Samuel Azout, empresario de la Fundación Carulla y hombre de confianza de varios gobiernos, tampoco tiene reparo en asumir públicamente posturas arabofóbicas. No sólo niega abiertamente la existencia de Palestina, sino que suele invocar la lucha contra el antisemitismo para justificar el odio expreso hacia árabes y musulmanes. Ha sostenido, contra toda evidencia, que la violencia israelí es discriminada. Así se expresa sobre los bombardeos: "Para los tontos antisemitas que calumnian sobre genocidio, observen la precisión de las fuerzas de defensa de Israel para evitar víctimas civiles. El ejército más competente del mundo en lo moral y en lo profesional". Para el empresario, los más de 30 mil palestinos asesinados son todos combatientes, culpables y merecedores de su extinción. Hace poco, cargó contra con marcada violencia verbal Úrsula Levy, quien criticó al Estado de Israel por los excesos, tal como los hutus no perdonaban a aquellos miembros de su comunidad que auxiliaban a los tutsis sacrificados a granel.

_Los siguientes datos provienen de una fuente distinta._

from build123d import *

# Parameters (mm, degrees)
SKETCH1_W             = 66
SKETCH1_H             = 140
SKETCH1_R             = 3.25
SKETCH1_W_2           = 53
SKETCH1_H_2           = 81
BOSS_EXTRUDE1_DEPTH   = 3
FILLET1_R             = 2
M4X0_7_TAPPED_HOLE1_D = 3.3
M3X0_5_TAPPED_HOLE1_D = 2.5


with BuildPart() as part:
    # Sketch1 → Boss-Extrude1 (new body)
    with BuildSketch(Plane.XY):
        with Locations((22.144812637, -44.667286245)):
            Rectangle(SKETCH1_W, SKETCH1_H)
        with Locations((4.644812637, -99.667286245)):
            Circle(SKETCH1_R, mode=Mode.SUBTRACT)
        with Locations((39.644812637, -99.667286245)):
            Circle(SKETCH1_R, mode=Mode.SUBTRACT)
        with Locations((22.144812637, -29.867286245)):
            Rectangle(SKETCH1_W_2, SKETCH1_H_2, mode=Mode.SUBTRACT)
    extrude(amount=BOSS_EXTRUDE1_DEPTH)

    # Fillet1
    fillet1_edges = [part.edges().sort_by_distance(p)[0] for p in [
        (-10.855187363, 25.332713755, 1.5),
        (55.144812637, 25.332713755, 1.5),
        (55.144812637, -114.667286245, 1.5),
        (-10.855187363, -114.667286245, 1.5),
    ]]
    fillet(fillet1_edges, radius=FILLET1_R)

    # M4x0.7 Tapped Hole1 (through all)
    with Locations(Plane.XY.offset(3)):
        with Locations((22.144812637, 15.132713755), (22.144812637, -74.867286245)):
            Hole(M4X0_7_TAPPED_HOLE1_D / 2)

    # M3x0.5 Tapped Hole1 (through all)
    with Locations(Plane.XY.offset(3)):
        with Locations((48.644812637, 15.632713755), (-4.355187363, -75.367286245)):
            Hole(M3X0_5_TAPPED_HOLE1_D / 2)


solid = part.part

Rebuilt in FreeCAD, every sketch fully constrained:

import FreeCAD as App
import Part
import Sketcher

V = App.Vector


def edges_at(feature, points):
    """Names of the edges that pass closest to the given points."""
    edges = feature.Shape.Edges
    near = lambda p: min(range(len(edges)), key=lambda i: edges[i].distToShape(Part.Vertex(*p))[0])
    return sorted({f"Edge{near(p) + 1}" for p in points})


def add_polygon(sketch, points):
    """Adds a closed chain of lines whose ends are joined by coincident constraints."""
    first, n = sketch.GeometryCount, len(points)
    for a, b in zip(points, points[1:] + points[:1]):
        sketch.addGeometry(Part.LineSegment(App.Vector(*a, 0), App.Vector(*b, 0)), False)
    for i in range(n):
        sketch.addConstraint(Sketcher.Constraint("Coincident", first + i, 2, first + (i + 1) % n, 1))

doc = App.newDocument("Part")
params = doc.addObject("Spreadsheet::Sheet", "Params")
for row, (alias, value) in enumerate([
    ("sketch1_diameter", "6.5 mm"),
    ("sketch1_width", "66 mm"),
    ("sketch1_width2", "53 mm"),
    ("sketch1_height", "140 mm"),
    ("sketch1_height2", "81 mm"),
    ("pad1_length", "3 mm"),
    ("fillet_radius", "2 mm"),
    ("sketch2_diameter", "3.3 mm"),
    ("hole_diameter", "3.3 mm"),
    ("sketch3_diameter", "2.5 mm"),
    ("hole2_diameter", "2.5 mm"),
], start=1):
    params.set(f"A{row}", alias)
    params.set(f"B{row}", "=" + value)
    params.setAlias(f"B{row}", alias)

body = doc.addObject("PartDesign::Body", "Body")

sketch1 = body.newObject("Sketcher::SketchObject", "Sketch")
sketch1.AttachmentSupport = (doc.getObject("XY_Plane"), [""])
sketch1.MapMode = "FlatFace"
add_polygon(sketch1, [(-10.855187, 25.332714), (-10.855187, -114.667286), (55.144813, -114.667286), (55.144813, 25.332714)])
sketch1.addGeometry(Part.Circle(V(4.644813, -99.667286, 0), V(0, 0, 1), 3.25), False)
sketch1.addGeometry(Part.Circle(V(39.644813, -99.667286, 0), V(0, 0, 1), 3.25), False)
add_polygon(sketch1, [(48.644813, -70.367286), (-4.355187, -70.367286), (-4.355187, 10.632714), (48.644813, 10.632714)])
sketch1.addConstraint(Sketcher.Constraint("Vertical", 0))
sketch1.addConstraint(Sketcher.Constraint("Horizontal", 1))
sketch1.addConstraint(Sketcher.Constraint("Vertical", 2))
sketch1.addConstraint(Sketcher.Constraint("Horizontal", 3))
sketch1.addConstraint(Sketcher.Constraint("Horizontal", 6))
sketch1.addConstraint(Sketcher.Constraint("Vertical", 7))
sketch1.addConstraint(Sketcher.Constraint("Horizontal", 8))
sketch1.addConstraint(Sketcher.Constraint("Vertical", 9))
sketch1.addConstraint(Sketcher.Constraint("Equal", 4, 5))
sketch1.addConstraint(Sketcher.Constraint("Horizontal", 4, 3, 5, 3))
sketch1.addConstraint(Sketcher.Constraint("Diameter", 4, 6.5))
sketch1.addConstraint(Sketcher.Constraint("DistanceX", 1, 1, 1, 2, 66.0))
sketch1.addConstraint(Sketcher.Constraint("DistanceX", 6, 2, 6, 1, 53.0))
sketch1.addConstraint(Sketcher.Constraint("DistanceY", 0, 2, 0, 1, 140.0))
sketch1.addConstraint(Sketcher.Constraint("DistanceY", 7, 1, 7, 2, 81.0))
sketch1.addConstraint(Sketcher.Constraint("DistanceX", 4, 3, 5, 3, 35.0))
sketch1.addConstraint(Sketcher.Constraint("DistanceY", 0, 2, 4, 3, 15.0))
sketch1.addConstraint(Sketcher.Constraint("DistanceX", 6, 2, 4, 3, 9.0))
sketch1.addConstraint(Sketcher.Constraint("DistanceX", 0, 2, 4, 3, 15.5))
sketch1.addConstraint(Sketcher.Constraint("DistanceY", 4, 3, 6, 2, 29.3))
sketch1.addConstraint(Sketcher.Constraint("DistanceX", -1, 1, 4, 3, 4.644813))
sketch1.addConstraint(Sketcher.Constraint("DistanceY", 4, 3, -1, 1, 99.667286))
sketch1.setExpression("Constraints[18]", "Params.sketch1_diameter")
sketch1.setExpression("Constraints[19]", "Params.sketch1_width")
sketch1.setExpression("Constraints[20]", "Params.sketch1_width2")
sketch1.setExpression("Constraints[21]", "Params.sketch1_height")
sketch1.setExpression("Constraints[22]", "Params.sketch1_height2")
pad1 = body.newObject("PartDesign::Pad", "Pad")
pad1.Profile = sketch1
pad1.setExpression("Length", "Params.pad1_length")
doc.recompute()

fillet = body.newObject("PartDesign::Fillet", "Fillet")
fillet.Base = (pad1, edges_at(pad1, [
    (-10.855, 25.333, 1.5),
    (55.145, 25.333, 1.5),
    (55.145, -114.667, 1.5),
    (-10.855, -114.667, 1.5),
]))
fillet.setExpression("Radius", "Params.fillet_radius")

sketch2 = body.newObject("Sketcher::SketchObject", "Sketch001")
sketch2.AttachmentSupport = (doc.getObject("XY_Plane"), [""])
sketch2.MapMode = "FlatFace"
sketch2.AttachmentOffset = App.Placement(V(0, 0, 3), App.Rotation())
sketch2.addGeometry(Part.Circle(V(22.144813, 15.132714, 0), V(0, 0, 1), 1.65), False)
sketch2.addGeometry(Part.Circle(V(22.144813, -74.867286, 0), V(0, 0, 1), 1.65), False)
sketch2.addConstraint(Sketcher.Constraint("Equal", 0, 1))
sketch2.addConstraint(Sketcher.Constraint("Vertical", 0, 3, 1, 3))
sketch2.addConstraint(Sketcher.Constraint("Diameter", 0, 3.3))
sketch2.addConstraint(Sketcher.Constraint("DistanceY", 1, 3, 0, 3, 90.0))
sketch2.addConstraint(Sketcher.Constraint("DistanceX", -1, 1, 0, 3, 22.144813))
sketch2.addConstraint(Sketcher.Constraint("DistanceY", -1, 1, 0, 3, 15.132714))
sketch2.setExpression("Constraints[2]", "Params.sketch2_diameter")
doc.recompute()
hole = body.newObject("PartDesign::Hole", "Hole")
hole.Profile = sketch2
hole.ThreadType = "None"
hole.setExpression("Diameter", "Params.hole_diameter")
hole.DepthType = "ThroughAll"

sketch3 = body.newObject("Sketcher::SketchObject", "Sketch002")
sketch3.AttachmentSupport = (doc.getObject("XY_Plane"), [""])
sketch3.MapMode = "FlatFace"
sketch3.AttachmentOffset = App.Placement(V(0, 0, 3), App.Rotation())
sketch3.addGeometry(Part.Circle(V(48.644813, 15.632714, 0), V(0, 0, 1), 1.25), False)
sketch3.addGeometry(Part.Circle(V(-4.355187, -75.367286, 0), V(0, 0, 1), 1.25), False)
sketch3.addConstraint(Sketcher.Constraint("Equal", 0, 1))
sketch3.addConstraint(Sketcher.Constraint("Diameter", 0, 2.5))
sketch3.addConstraint(Sketcher.Constraint("DistanceX", 1, 3, 0, 3, 53.0))
sketch3.addConstraint(Sketcher.Constraint("DistanceY", 1, 3, 0, 3, 91.0))
sketch3.addConstraint(Sketcher.Constraint("DistanceX", -1, 1, 0, 3, 48.644813))
sketch3.addConstraint(Sketcher.Constraint("DistanceY", -1, 1, 0, 3, 15.632714))
sketch3.setExpression("Constraints[1]", "Params.sketch3_diameter")
doc.recompute()
hole2 = body.newObject("PartDesign::Hole", "Hole001")
hole2.Profile = sketch3
hole2.ThreadType = "None"
hole2.setExpression("Diameter", "Params.hole2_diameter")
hole2.DepthType = "ThroughAll"

doc.recompute()
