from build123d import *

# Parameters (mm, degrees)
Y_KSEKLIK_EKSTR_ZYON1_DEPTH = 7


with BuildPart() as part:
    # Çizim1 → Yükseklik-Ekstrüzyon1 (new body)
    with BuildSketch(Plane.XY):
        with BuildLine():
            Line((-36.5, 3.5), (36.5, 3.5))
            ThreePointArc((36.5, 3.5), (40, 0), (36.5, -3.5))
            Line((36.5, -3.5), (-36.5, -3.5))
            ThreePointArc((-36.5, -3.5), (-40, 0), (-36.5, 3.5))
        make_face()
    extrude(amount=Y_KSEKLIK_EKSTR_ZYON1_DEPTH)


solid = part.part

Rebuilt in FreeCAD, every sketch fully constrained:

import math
import FreeCAD as App
import Part
import Sketcher
Q = App.Units.Quantity

doc = App.newDocument("Part")
body = doc.addObject("PartDesign::Body", "Body")

# Sketch on XY plane
sketch1 = body.newObject("Sketcher::SketchObject", "Sketch")
sketch1.AttachmentSupport = (doc.getObject("XY_Plane"), [""])
sketch1.MapMode = "FlatFace"
sketch1.addGeometry(Part.LineSegment(App.Vector(36.5, 3.5, 0), App.Vector(-36.5, 3.5, 0)), False)
sketch1.addGeometry(Part.ArcOfCircle(Part.Circle(App.Vector(-36.5, 0, 0), App.Vector(0, 0, 1), 3.5), math.radians(90), math.radians(270)), False)
sketch1.addGeometry(Part.LineSegment(App.Vector(-36.5, -3.5, 0), App.Vector(36.5, -3.5, 0)), False)
sketch1.addGeometry(Part.ArcOfCircle(Part.Circle(App.Vector(36.5, 0, 0), App.Vector(0, 0, 1), 3.5), math.radians(-90), math.radians(90)), False)
sketch1.addConstraint(Sketcher.Constraint("Tangent", 0, 2, 1, 1))
sketch1.addConstraint(Sketcher.Constraint("Tangent", 1, 2, 2, 1))
sketch1.addConstraint(Sketcher.Constraint("Tangent", 2, 2, 3, 1))
sketch1.addConstraint(Sketcher.Constraint("Tangent", 3, 2, 0, 1))
sketch1.addConstraint(Sketcher.Constraint("Horizontal", 0))
sketch1.addConstraint(Sketcher.Constraint("Horizontal", 2))
sketch1.addConstraint(Sketcher.Constraint("Symmetric", 1, 3, 3, 3, -1, 1))
sketch1.addConstraint(Sketcher.Constraint("Radius", 1, Q("3.5 mm")))
sketch1.addConstraint(Sketcher.Constraint("DistanceX", 0, 2, 0, 1, Q("73 mm")))
pad1 = body.newObject("PartDesign::Pad", "Pad")
pad1.Profile = sketch1
pad1.Length = 7

doc.recompute()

Azout se presenta como filántropo. No es un chiste flojo, sino la cruda paradoja de un odio normalizado.
Diego Santos, periodista digital y titular de una columna en El Tiempo, tampoco tiene problemas en trinar: "Al israelí lo educan desde niño para que odie visceralmente a los árabes, los enseñan a cuestionar y a hacer cosas grandes. A los árabes los inculcan desde niños el odio por los judíos". La retórica es calcada del supremacismo o racismo alemán, guatemalteco, sudanés, serbio, ruandés o nigeriano para llevar a cabo los peores genocidios del último tiempo. El trino que hiede a racismo e incita al odio, todavía está en la red social X. En ningún país de Occidente, un columnista podría hacer una afirmación de ese calado sin enfrentar la indignación ciudadana. En Colombia el mensaje supera los 2000 "me gusta".
En determinadas ocasiones condenan, pero no por motivos humanos o siquiera humanitarios, sino por razones pragmáticas. Ejemplo de lo anterior es la afirmación de Salomón Kalmanovitz de que el asesinato de palestinos es condenable porque los "radicalizará aún más". Es decir, condeno, pero soy incapaz de mencionar la ocupación y despreciar un asesinato que se hace para expulsar a un pueblo. Se lamenta, pero solamente porque esto hará más difícil la negociación. Lamentable lo poco que valen la vida de los palestinos. Sobre la condena tardía y tímida (pero aún necesaria) de Kalmanovitz a la violencia israelí, cabalga una arabofobia en la que pocos reparan.
Estos mensajes cargados de odio contra los árabes palestinos dan cuenta de un racismo que vive entre nosotros y que aceptamos. Pensamos equivocadamente que la única expresión del fenómeno son los insultos enardecidos de bots en redes o de extremistas. Mientras tanto, la arabofobia ha encontrado refugio en la academia, prensa, empresariado y religión. Todos se lavan las manos. Llegó la hora de empezar a hablar de un silencioso pero trascendente racismo institucional que se camufla en las buenas maneras de las "gentes de bien".